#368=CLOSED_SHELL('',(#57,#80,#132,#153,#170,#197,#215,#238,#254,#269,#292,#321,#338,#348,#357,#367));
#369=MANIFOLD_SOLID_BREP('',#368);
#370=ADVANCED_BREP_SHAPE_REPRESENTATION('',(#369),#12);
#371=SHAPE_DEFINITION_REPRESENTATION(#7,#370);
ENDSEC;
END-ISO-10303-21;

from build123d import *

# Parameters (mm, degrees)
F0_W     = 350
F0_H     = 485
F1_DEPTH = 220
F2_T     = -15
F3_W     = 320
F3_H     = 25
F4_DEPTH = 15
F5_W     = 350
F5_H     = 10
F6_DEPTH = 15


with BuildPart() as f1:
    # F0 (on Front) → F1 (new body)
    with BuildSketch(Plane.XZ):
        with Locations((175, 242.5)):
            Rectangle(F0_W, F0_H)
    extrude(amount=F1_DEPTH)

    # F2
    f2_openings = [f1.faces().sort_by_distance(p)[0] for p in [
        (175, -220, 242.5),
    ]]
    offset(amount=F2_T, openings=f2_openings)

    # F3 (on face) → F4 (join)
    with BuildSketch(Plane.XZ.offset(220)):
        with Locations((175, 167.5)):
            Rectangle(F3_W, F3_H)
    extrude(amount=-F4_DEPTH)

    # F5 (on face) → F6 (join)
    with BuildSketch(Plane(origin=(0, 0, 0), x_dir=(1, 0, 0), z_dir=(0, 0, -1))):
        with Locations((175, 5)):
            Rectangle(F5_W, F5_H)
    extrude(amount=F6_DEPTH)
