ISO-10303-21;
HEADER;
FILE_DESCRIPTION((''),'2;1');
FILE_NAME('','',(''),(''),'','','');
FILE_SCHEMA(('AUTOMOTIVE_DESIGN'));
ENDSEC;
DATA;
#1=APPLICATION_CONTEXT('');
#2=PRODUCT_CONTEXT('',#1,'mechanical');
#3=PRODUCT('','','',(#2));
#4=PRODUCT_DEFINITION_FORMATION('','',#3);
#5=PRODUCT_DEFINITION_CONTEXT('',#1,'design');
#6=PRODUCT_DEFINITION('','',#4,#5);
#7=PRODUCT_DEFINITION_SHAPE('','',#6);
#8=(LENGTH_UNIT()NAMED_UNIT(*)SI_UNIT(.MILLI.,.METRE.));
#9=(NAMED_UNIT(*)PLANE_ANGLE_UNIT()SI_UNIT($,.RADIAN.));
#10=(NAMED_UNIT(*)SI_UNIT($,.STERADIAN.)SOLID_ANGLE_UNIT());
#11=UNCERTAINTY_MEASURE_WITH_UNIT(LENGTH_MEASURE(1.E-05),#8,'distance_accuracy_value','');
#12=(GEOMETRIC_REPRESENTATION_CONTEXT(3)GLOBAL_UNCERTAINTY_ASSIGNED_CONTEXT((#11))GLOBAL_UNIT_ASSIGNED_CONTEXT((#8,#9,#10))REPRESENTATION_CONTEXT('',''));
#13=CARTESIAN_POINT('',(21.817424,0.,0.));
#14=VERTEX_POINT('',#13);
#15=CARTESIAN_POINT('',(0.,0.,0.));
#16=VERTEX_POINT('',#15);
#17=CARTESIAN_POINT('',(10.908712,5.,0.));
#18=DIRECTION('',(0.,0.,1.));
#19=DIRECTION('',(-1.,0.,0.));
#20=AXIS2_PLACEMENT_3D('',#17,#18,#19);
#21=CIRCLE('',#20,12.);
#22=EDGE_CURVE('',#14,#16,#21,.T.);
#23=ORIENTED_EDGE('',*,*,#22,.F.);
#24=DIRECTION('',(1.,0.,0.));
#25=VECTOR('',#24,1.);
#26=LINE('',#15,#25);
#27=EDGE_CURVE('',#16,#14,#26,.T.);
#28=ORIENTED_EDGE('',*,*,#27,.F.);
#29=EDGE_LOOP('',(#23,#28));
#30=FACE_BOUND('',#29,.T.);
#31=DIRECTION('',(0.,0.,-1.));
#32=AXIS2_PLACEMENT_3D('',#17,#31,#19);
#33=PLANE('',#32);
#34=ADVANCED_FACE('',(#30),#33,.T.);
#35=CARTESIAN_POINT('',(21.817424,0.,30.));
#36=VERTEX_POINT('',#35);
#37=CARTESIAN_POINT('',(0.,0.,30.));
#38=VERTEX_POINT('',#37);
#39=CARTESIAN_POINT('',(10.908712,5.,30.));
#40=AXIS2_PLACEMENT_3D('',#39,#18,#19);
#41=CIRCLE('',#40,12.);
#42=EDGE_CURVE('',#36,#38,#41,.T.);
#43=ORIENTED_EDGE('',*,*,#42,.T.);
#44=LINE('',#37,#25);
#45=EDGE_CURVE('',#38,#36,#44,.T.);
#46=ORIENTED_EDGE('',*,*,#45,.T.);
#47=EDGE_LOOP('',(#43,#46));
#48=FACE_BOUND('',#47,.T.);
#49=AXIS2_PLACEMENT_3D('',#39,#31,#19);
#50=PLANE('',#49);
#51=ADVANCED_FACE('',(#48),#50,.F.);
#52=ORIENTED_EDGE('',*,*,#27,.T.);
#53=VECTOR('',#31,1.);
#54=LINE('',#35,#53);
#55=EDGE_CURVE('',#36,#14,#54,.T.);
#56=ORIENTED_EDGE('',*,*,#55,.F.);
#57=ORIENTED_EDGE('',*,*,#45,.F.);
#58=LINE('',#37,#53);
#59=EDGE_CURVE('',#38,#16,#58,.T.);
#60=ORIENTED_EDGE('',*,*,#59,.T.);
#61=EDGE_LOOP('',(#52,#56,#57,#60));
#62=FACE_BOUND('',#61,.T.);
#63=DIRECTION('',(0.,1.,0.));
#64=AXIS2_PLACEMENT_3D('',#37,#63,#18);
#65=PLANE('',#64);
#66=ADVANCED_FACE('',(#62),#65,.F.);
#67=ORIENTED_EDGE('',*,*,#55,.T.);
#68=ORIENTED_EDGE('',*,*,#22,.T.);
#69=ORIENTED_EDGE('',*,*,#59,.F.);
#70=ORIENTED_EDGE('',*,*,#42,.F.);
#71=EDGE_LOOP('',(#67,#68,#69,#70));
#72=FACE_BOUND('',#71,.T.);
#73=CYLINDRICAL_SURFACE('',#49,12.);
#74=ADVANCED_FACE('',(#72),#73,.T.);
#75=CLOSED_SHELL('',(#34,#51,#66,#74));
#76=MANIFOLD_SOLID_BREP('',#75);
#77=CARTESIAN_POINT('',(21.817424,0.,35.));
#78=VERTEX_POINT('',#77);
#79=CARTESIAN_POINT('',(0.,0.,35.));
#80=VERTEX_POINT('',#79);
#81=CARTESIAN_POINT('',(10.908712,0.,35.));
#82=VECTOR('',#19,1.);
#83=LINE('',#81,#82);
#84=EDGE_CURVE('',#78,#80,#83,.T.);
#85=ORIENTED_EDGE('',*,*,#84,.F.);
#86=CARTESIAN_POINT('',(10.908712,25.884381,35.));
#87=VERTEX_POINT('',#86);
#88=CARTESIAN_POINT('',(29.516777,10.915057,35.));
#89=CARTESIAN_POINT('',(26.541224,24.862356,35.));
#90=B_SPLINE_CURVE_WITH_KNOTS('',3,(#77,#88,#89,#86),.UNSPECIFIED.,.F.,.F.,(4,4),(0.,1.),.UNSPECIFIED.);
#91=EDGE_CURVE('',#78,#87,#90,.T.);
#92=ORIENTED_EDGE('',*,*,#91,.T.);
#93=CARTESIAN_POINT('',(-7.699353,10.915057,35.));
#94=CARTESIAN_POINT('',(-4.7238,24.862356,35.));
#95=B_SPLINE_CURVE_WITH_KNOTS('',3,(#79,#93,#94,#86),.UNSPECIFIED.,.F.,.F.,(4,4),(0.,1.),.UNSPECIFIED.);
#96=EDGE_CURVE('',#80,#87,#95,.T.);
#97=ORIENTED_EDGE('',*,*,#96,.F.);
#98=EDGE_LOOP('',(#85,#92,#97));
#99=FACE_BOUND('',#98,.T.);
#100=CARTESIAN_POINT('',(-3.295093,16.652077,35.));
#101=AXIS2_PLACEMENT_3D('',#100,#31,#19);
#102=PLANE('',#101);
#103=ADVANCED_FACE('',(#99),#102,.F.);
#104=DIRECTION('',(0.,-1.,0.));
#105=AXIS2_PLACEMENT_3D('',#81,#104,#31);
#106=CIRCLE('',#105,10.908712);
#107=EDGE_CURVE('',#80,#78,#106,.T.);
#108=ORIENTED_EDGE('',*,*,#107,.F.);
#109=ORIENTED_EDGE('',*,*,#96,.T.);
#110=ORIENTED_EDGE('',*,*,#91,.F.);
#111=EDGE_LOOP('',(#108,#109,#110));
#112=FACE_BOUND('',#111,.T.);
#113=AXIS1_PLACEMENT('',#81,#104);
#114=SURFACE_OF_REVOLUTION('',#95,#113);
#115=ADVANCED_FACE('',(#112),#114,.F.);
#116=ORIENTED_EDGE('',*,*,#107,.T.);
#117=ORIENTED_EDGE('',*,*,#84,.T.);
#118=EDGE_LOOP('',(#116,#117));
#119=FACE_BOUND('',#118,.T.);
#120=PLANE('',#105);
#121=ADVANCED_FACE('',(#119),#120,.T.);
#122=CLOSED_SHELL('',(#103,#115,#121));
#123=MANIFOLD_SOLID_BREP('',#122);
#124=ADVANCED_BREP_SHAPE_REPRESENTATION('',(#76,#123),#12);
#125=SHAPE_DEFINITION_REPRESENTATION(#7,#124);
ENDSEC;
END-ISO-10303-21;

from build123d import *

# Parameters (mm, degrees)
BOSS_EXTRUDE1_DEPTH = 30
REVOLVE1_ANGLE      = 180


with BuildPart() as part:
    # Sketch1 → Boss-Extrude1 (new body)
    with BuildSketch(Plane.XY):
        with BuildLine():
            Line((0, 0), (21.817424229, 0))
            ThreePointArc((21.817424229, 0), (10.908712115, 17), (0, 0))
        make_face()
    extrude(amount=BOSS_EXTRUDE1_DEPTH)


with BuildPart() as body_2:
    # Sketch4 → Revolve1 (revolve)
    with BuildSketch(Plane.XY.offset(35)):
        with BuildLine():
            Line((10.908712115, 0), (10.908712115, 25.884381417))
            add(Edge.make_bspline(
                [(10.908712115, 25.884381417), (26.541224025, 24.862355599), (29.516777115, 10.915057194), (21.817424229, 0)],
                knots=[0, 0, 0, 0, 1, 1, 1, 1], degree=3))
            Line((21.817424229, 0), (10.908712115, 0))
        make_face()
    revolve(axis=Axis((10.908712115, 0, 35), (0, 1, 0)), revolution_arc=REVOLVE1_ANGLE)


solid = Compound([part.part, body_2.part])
• • • •
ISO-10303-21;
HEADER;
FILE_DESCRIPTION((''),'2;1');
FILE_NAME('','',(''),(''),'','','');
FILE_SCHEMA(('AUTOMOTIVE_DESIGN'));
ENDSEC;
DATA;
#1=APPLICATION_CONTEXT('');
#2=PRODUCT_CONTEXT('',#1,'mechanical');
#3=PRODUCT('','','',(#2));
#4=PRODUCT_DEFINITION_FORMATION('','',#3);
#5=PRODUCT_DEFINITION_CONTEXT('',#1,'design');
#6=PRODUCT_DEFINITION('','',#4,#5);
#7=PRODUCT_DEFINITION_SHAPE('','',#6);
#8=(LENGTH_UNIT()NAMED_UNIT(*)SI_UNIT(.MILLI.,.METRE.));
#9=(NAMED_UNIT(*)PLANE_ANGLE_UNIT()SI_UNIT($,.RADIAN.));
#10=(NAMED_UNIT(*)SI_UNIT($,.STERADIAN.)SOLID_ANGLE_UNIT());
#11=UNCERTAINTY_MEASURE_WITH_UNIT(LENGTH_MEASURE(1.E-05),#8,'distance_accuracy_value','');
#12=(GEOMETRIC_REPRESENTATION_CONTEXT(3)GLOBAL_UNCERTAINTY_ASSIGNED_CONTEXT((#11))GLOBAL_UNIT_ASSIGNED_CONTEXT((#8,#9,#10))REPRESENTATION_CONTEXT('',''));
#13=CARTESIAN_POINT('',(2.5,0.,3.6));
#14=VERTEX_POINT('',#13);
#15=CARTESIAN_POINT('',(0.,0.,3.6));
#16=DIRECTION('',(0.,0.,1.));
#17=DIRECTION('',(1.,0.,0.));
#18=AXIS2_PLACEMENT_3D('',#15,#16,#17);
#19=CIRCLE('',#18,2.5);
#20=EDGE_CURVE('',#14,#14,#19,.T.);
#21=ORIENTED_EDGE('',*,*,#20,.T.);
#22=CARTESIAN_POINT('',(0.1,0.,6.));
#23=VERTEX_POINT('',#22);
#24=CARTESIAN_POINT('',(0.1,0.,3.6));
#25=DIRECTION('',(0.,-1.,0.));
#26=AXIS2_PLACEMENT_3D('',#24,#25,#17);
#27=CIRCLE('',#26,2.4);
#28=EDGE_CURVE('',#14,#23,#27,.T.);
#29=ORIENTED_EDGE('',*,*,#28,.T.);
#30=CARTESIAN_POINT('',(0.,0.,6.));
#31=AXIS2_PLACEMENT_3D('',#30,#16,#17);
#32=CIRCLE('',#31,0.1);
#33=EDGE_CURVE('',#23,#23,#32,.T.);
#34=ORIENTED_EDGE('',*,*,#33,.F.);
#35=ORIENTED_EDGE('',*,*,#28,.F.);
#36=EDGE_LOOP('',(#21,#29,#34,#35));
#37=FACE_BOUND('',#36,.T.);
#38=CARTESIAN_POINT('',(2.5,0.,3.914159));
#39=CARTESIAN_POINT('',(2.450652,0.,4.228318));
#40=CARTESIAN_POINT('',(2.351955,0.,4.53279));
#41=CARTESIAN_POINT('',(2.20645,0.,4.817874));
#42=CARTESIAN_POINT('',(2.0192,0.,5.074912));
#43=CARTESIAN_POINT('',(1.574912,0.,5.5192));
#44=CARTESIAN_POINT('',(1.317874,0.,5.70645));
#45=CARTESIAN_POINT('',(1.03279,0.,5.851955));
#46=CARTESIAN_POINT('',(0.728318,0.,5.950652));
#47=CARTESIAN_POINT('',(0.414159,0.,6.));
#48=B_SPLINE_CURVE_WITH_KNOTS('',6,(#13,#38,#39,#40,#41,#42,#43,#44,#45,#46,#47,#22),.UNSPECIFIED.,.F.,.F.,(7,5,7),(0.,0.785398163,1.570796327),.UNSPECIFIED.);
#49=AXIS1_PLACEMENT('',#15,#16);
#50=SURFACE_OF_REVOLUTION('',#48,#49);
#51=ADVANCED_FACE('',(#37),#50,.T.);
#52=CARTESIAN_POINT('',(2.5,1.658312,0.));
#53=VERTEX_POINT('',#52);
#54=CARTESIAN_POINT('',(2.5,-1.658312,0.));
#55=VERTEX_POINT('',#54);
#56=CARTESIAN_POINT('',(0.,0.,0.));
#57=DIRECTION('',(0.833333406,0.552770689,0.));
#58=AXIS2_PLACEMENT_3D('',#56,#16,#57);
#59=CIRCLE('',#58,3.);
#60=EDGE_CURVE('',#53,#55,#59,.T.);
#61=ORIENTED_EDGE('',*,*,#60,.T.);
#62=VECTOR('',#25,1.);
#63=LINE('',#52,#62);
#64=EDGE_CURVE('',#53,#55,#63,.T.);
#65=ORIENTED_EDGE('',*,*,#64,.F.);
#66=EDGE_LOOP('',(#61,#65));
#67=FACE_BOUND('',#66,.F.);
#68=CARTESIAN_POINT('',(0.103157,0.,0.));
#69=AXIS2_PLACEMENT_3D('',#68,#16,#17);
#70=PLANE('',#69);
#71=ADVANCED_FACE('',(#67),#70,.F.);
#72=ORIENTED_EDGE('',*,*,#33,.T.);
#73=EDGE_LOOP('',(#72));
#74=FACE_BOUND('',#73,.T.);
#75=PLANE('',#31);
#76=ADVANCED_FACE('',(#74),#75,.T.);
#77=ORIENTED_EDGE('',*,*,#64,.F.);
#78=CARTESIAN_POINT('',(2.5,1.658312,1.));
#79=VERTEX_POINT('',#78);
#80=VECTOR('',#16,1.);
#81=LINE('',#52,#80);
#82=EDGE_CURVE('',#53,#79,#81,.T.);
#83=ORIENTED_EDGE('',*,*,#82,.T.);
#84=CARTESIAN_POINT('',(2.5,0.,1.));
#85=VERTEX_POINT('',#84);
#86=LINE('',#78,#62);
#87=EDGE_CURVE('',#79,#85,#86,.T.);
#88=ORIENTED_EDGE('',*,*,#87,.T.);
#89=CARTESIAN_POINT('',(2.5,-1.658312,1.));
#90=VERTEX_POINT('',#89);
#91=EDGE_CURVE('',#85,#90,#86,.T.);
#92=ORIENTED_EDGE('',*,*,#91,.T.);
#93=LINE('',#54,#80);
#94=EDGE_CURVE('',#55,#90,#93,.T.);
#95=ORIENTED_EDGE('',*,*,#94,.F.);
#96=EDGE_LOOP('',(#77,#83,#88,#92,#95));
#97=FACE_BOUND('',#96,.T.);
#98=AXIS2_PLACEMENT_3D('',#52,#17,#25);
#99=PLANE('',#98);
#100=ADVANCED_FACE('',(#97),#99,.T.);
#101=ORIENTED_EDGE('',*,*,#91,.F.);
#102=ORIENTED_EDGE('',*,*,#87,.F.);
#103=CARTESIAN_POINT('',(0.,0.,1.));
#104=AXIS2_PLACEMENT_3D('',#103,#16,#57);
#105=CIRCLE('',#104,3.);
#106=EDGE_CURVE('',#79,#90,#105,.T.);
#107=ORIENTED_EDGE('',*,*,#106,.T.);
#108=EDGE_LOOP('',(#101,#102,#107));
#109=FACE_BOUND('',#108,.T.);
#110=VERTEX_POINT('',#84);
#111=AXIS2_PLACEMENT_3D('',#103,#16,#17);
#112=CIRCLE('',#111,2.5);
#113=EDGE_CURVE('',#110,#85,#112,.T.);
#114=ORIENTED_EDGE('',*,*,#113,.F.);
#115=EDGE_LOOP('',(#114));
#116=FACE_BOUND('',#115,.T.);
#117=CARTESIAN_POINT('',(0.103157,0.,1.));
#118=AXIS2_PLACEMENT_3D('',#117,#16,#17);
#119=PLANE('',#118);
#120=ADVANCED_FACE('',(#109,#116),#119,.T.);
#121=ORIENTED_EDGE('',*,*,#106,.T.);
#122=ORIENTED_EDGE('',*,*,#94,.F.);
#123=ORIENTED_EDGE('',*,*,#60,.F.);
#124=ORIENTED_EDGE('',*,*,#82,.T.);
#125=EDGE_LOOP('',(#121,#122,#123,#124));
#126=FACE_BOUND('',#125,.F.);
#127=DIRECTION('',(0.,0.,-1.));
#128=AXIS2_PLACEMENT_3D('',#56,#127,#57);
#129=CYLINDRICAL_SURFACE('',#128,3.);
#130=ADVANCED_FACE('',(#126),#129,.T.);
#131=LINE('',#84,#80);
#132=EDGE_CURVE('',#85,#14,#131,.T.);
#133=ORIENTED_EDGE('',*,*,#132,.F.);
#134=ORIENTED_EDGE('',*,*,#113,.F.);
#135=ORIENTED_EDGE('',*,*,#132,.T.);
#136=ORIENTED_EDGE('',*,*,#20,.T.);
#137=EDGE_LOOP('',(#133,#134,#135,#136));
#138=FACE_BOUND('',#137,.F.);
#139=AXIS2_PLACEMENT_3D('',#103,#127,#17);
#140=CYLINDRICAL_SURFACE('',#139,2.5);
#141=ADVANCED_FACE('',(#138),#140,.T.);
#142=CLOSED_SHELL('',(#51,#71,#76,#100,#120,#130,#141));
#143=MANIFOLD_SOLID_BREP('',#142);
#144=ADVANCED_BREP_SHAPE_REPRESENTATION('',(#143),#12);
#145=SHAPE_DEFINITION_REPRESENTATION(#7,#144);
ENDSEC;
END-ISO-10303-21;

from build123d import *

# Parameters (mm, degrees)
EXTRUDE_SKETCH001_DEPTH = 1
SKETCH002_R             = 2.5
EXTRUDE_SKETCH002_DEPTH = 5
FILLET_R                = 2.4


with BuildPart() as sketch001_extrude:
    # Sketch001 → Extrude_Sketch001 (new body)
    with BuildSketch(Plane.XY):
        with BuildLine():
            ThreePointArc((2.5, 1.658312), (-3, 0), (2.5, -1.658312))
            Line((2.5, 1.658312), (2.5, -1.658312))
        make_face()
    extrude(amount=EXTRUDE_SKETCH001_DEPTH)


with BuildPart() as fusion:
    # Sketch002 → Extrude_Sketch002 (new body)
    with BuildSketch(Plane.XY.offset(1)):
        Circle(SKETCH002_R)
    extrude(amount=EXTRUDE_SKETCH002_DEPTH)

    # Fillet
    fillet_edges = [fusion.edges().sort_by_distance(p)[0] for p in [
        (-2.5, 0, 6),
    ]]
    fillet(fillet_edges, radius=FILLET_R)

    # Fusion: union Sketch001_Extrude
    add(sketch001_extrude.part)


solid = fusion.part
• • • •
- Exercise instructions: Using the entries above, repeat only the lines from the one containing "#40=AXIS2_PLACEMENT_3D('',#39,#18,#19);" through the one containing "#47=EDGE_LOOP('',(#43,#46));", end lines included.

- Written solution:
#40=AXIS2_PLACEMENT_3D('',#39,#18,#19);
#41=CIRCLE('',#40,12.);
#42=EDGE_CURVE('',#36,#38,#41,.T.);
#43=ORIENTED_EDGE('',*,*,#42,.T.);
#44=LINE('',#37,#25);
#45=EDGE_CURVE('',#38,#36,#44,.T.);
#46=ORIENTED_EDGE('',*,*,#45,.T.);
#47=EDGE_LOOP('',(#43,#46));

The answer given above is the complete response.